→ **EXERCISE DIRECTIONS**: Within the data that follows, set down exactly the lines from the one containing "#283=ORIENTED_EDGE('',*,*,#274,.T.);" through the one containing "#301=ORIENTED_EDGE('',*,*,#224,.T.);", both ends included.

MATERIAL TO PROCESS below:

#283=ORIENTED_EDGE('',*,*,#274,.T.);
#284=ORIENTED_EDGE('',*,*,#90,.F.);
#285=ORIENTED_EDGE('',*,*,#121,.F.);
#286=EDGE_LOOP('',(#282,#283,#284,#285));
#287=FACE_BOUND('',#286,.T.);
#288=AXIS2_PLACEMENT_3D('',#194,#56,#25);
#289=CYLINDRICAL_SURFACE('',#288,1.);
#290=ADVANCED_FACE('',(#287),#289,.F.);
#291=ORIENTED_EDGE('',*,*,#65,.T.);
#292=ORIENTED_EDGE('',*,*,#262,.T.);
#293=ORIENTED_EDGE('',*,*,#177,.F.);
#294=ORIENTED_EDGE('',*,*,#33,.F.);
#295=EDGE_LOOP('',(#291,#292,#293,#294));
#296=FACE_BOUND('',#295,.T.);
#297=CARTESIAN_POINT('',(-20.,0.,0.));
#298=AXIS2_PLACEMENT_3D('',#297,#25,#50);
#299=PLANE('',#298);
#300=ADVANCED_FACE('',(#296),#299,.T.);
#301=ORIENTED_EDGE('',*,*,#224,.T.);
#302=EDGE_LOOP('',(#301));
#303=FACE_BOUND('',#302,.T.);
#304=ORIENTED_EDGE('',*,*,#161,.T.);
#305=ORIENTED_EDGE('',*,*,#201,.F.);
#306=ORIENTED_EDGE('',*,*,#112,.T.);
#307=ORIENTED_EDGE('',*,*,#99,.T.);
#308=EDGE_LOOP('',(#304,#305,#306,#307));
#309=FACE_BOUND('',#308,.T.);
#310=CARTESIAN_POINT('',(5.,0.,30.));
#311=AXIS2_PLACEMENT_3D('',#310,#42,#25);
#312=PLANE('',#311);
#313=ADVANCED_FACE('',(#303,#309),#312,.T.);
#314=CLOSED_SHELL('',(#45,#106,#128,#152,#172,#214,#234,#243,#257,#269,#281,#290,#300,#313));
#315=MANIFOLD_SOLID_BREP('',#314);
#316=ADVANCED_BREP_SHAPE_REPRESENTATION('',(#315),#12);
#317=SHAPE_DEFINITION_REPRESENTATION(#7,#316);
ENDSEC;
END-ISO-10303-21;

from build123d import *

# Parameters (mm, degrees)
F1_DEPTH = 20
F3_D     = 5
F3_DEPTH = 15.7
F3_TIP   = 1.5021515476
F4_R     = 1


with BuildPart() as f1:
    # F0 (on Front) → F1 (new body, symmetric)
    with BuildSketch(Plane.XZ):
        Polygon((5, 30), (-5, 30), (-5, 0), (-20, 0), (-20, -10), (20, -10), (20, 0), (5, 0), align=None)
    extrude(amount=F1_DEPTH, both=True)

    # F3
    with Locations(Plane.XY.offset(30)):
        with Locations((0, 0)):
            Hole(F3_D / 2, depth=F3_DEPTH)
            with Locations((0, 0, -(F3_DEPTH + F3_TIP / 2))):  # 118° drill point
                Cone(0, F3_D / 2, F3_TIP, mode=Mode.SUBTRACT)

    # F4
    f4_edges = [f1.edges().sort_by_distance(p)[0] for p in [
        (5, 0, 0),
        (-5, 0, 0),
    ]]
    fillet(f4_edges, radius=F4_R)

End of MATERIAL TO PROCESS.
MATERIAL TO PROCESS below:

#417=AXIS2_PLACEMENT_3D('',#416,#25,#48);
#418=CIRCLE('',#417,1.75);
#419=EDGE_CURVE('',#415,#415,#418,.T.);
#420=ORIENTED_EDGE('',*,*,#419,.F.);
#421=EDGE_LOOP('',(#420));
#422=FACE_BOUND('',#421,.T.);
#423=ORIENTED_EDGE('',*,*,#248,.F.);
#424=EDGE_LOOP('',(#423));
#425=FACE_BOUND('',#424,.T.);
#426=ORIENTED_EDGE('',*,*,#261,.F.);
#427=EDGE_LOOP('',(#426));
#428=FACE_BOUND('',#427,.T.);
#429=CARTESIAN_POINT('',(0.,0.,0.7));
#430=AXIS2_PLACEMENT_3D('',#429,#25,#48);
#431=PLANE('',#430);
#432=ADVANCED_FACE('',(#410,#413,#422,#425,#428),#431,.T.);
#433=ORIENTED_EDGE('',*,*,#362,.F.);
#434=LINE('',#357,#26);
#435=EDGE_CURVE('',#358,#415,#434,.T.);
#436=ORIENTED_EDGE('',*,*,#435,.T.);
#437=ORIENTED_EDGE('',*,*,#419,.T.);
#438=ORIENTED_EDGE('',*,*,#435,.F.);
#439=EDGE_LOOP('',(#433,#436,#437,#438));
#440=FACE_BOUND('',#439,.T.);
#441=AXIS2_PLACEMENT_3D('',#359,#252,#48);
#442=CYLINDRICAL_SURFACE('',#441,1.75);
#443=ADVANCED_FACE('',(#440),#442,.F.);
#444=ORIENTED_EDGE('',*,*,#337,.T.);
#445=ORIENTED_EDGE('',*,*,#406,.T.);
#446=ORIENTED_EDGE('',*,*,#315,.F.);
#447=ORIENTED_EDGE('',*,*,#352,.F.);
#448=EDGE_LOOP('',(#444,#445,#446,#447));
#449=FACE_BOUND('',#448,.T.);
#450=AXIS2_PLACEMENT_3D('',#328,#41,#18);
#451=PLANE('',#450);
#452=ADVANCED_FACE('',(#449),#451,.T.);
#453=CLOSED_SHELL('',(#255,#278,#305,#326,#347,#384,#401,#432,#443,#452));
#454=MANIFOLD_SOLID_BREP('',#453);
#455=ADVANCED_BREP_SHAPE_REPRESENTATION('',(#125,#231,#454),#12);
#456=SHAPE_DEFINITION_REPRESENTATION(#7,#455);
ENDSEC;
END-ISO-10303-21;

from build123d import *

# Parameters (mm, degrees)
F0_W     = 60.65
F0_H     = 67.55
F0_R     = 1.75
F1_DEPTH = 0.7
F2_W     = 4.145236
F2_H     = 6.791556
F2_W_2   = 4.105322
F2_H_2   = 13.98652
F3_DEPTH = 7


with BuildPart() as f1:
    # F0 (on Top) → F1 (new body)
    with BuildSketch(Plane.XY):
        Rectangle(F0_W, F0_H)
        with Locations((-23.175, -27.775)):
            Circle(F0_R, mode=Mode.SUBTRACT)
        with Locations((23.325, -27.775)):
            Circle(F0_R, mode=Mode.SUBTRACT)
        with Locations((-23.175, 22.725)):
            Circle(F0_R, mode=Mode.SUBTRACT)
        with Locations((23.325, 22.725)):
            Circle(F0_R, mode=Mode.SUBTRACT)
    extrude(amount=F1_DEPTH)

End of MATERIAL TO PROCESS.

→ **RESULT OF THE TASK**:
#283=ORIENTED_EDGE('',*,*,#274,.T.);
#284=ORIENTED_EDGE('',*,*,#90,.F.);
#285=ORIENTED_EDGE('',*,*,#121,.F.);
#286=EDGE_LOOP('',(#282,#283,#284,#285));
#287=FACE_BOUND('',#286,.T.);
#288=AXIS2_PLACEMENT_3D('',#194,#56,#25);
#289=CYLINDRICAL_SURFACE('',#288,1.);
#290=ADVANCED_FACE('',(#287),#289,.F.);
#291=ORIENTED_EDGE('',*,*,#65,.T.);
#292=ORIENTED_EDGE('',*,*,#262,.T.);
#293=ORIENTED_EDGE('',*,*,#177,.F.);
#294=ORIENTED_EDGE('',*,*,#33,.F.);
#295=EDGE_LOOP('',(#291,#292,#293,#294));
#296=FACE_BOUND('',#295,.T.);
#297=CARTESIAN_POINT('',(-20.,0.,0.));
#298=AXIS2_PLACEMENT_3D('',#297,#25,#50);
#299=PLANE('',#298);
#300=ADVANCED_FACE('',(#296),#299,.T.);
#301=ORIENTED_EDGE('',*,*,#224,.T.);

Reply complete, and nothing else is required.